Things continue to work after their usual fashion; it’s house-elves in their willing legions that stitched all her clothes together, and worryingly megarhinic goblins judiciously sliding banknotes to her through the cash machine. She’s grateful for the advice of Hagrid and Dumbledore and all the others as they follow her around this greyed-out half-world, she’s glad that she’s not like all the boring and stupid people, that she has an active imagination and a rich inner life. Of course she knows that all these wizards and griffins are just stuff that she made up, that none of it is really real, that she prefers living with them because she can control it all to the last detail, while even one billion dollars won’t let you rearrange the universe at will. But things aren’t always so clear. She’s sure, occasionally, that Harry had always been there, telling her what to do. He told her to write the book. Then she went back into the house and wrote, It was nearly midnight, and Harry Potter was lying on his stomach in bed. It was not nearly midnight. Harry Potter was not lying on his stomach in bed.

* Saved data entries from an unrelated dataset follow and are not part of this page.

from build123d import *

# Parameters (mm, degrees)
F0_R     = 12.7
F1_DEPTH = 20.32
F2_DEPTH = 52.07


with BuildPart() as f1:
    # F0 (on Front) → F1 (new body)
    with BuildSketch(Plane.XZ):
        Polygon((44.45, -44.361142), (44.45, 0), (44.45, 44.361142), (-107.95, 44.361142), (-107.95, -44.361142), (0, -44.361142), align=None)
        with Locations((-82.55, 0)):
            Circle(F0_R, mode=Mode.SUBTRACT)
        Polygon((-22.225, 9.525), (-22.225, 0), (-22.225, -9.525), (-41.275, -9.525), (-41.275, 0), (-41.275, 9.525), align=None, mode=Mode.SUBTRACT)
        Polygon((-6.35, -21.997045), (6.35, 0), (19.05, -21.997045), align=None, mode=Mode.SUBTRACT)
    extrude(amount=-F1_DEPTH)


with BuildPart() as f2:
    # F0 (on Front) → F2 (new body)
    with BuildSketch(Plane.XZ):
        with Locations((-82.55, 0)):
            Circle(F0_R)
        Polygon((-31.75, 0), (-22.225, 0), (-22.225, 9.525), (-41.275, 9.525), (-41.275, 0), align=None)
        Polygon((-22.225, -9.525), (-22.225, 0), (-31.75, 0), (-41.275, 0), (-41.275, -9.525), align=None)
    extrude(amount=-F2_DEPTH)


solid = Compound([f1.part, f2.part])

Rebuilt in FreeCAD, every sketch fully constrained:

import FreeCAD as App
import Part
import Sketcher
from FreeCAD import Vector
Q = App.Units.Quantity

doc = App.newDocument("Part")
body = doc.addObject("PartDesign::Body", "Body")

sketch1 = doc.addObject("Sketcher::SketchObject", "Sketch")
body.addObject(sketch1)
sketch1.AttachmentSupport = (doc.XZ_Plane, [""])
sketch1.MapMode = "FlatFace"
sketch1.addGeometry([
    Part.LineSegment(Vector(44, -44, 0), Vector(44, 44, 0)),
    Part.LineSegment(Vector(44, 44, 0), Vector(-108, 44, 0)),
    Part.LineSegment(Vector(-108, 44, 0), Vector(-108, -44, 0)),
    Part.LineSegment(Vector(-108, -44, 0), Vector(44, -44, 0)),
    Part.LineSegment(Vector(19, -22, 0), Vector(-6, -22, 0)),
    Part.LineSegment(Vector(-6, -22, 0), Vector(6, 0, 0)),
    Part.LineSegment(Vector(6, 0, 0), Vector(19, -22, 0)),
    Part.Circle(Vector(-83, 0, 0), Vector(0, 0, 1), 13),
    Part.LineSegment(Vector(-41, 10, 0), Vector(-22, 10, 0)),
    Part.LineSegment(Vector(-22, 10, 0), Vector(-22, -10, 0)),
    Part.LineSegment(Vector(-22, -10, 0), Vector(-41, -10, 0)),
    Part.LineSegment(Vector(-41, -10, 0), Vector(-41, 10, 0)),
], False)
sketch1.addConstraint([
    Sketcher.Constraint("Coincident", 0, 2, 1, 1),
    Sketcher.Constraint("Coincident", 1, 2, 2, 1),
    Sketcher.Constraint("Coincident", 2, 2, 3, 1),
    Sketcher.Constraint("Coincident", 3, 2, 0, 1),
    Sketcher.Constraint("Coincident", 4, 2, 5, 1),
    Sketcher.Constraint("Coincident", 5, 2, 6, 1),
    Sketcher.Constraint("Coincident", 6, 2, 4, 1),
    Sketcher.Constraint("Coincident", 8, 2, 9, 1),
    Sketcher.Constraint("Coincident", 9, 2, 10, 1),
    Sketcher.Constraint("Coincident", 10, 2, 11, 1),
    Sketcher.Constraint("Coincident", 11, 2, 8, 1),
    Sketcher.Constraint("Vertical", 0),
    Sketcher.Constraint("Horizontal", 1),
    Sketcher.Constraint("Vertical", 2),
    Sketcher.Constraint("Horizontal", 3),
    Sketcher.Constraint("Horizontal", 4),
    Sketcher.Constraint("Horizontal", 8),
    Sketcher.Constraint("Vertical", 9),
    Sketcher.Constraint("Horizontal", 10),
    Sketcher.Constraint("Vertical", 11),
    Sketcher.Constraint("PointOnObject", 7, 3, -1),
    Sketcher.Constraint("PointOnObject", 5, 2, -1),
    Sketcher.Constraint("Equal", 10, 9),
    Sketcher.Constraint("Equal", 5, 6),
    Sketcher.Constraint("Diameter", 7, Q("1 in")),
    Sketcher.Constraint("DistanceX", 1, 2, 1, 1, Q("6 in")),
    Sketcher.Constraint("DistanceX", 4, 2, 4, 1, Q("1 in")),
    Sketcher.Constraint("Distance", 5, Q("1 in")),
    Sketcher.Constraint("DistanceX", 7, 3, 0, 2, Q("5 in")),
    Sketcher.Constraint("DistanceX", 4, 2, 3, 2, Q("2 in")),
    Sketcher.Constraint("DistanceX", 8, 1, 8, 2, Q("0.75 in")),
    Sketcher.Constraint("DistanceX", 7, 3, -1, 1, Q("3.25 in")),
    Sketcher.Constraint("DistanceX", 8, 2, -1, 1, Q("0.875 in")),
    Sketcher.Constraint("DistanceY", -1, 1, 8, 2, Q("0.375 in")),
    Sketcher.Constraint("DistanceY", 0, 1, 0, 2, Q("88.722284 mm")),
    Sketcher.Constraint("DistanceY", -1, 1, 0, 2, Q("44.361142 mm")),
])
pad1 = doc.addObject("PartDesign::Pad", "Pad")
body.addObject(pad1)
pad1.Profile = sketch1
pad1.Length = Q("0.8 in")
pad1.Reversed = True
body2 = doc.addObject("PartDesign::Body", "Body001")
body2.AllowCompound = True

sketch2 = doc.addObject("Sketcher::SketchObject", "Sketch001")
body2.addObject(sketch2)
sketch2.AttachmentSupport = (doc.getObject("XZ_Plane001"), [""])
sketch2.MapMode = "FlatFace"
sketch2.addGeometry([
    Part.Circle(Vector(-83, 0, 0), Vector(0, 0, 1), 13),
    Part.LineSegment(Vector(-22, 10, 0), Vector(-41, 10, 0)),
    Part.LineSegment(Vector(-41, 10, 0), Vector(-41, -10, 0)),
    Part.LineSegment(Vector(-41, -10, 0), Vector(-22, -10, 0)),
    Part.LineSegment(Vector(-22, -10, 0), Vector(-22, 10, 0)),
], False)
sketch2.addConstraint([
    Sketcher.Constraint("Coincident", 1, 2, 2, 1),
    Sketcher.Constraint("Coincident", 2, 2, 3, 1),
    Sketcher.Constraint("Coincident", 3, 2, 4, 1),
    Sketcher.Constraint("Coincident", 4, 2, 1, 1),
    Sketcher.Constraint("Horizontal", 1),
    Sketcher.Constraint("Vertical", 2),
    Sketcher.Constraint("Horizontal", 3),
    Sketcher.Constraint("Vertical", 4),
    Sketcher.Constraint("PointOnObject", 0, 3, -1),
    Sketcher.Constraint("Equal", 3, 2),
    Sketcher.Constraint("Diameter", 0, Q("1 in")),
    Sketcher.Constraint("DistanceX", 1, 2, 1, 1, Q("0.75 in")),
    Sketcher.Constraint("DistanceX", 0, 3, -1, 1, Q("3.25 in")),
    Sketcher.Constraint("DistanceX", 1, 2, -1, 1, Q("1.625 in")),
    Sketcher.Constraint("DistanceY", -1, 1, 1, 2, Q("0.375 in")),
])
pad2 = doc.addObject("PartDesign::Pad", "Pad001")
body2.addObject(pad2)
pad2.Profile = sketch2
pad2.Length = Q("2.05 in")
pad2.Reversed = True

doc.recompute()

This is about JK Rowling’s political interventions, of course, her pathological tendency to justify vague and insipid reaction by pointing out that some fictional wizards she thought up inside her own head also share her views, her apparent inability to think about the real world without first mapping it onto the one she invented. JK Rowling has variously pissed off Scottish nationalists and the Palestine solidarity movement and the Labour left, wielding a Dumbledore hand puppet that repeats everything she says in a slightly lower voice, but she’s also pissed off a significant number of her own fans, and that’s where you have to start.

In 2007, Rowling was widely celebrated for announcing that her character Dumbledore was gay, despite the fact that there’s nothing to suggest this in the text itself, where she had an opportunity to actually advocate for queer issues; this year, when she told her fans that their personal theories were all incorrect and another character, Sirius Black, was not gay, they were outraged. We grew up with these characters, they insisted, we decide how to read them. JK Rowling is over, they declared, as if she hadn’t already been dead since Barthes. (Or longer: there’s a reason every testament is final, why God never actively intervenes in the world once His holy book is set down, why the medieval Kabbalists had to invent reader-response theory and the Catholic Church headcanons.) What’s clear is that absolutely nobody involved has ever read a word of Derrida.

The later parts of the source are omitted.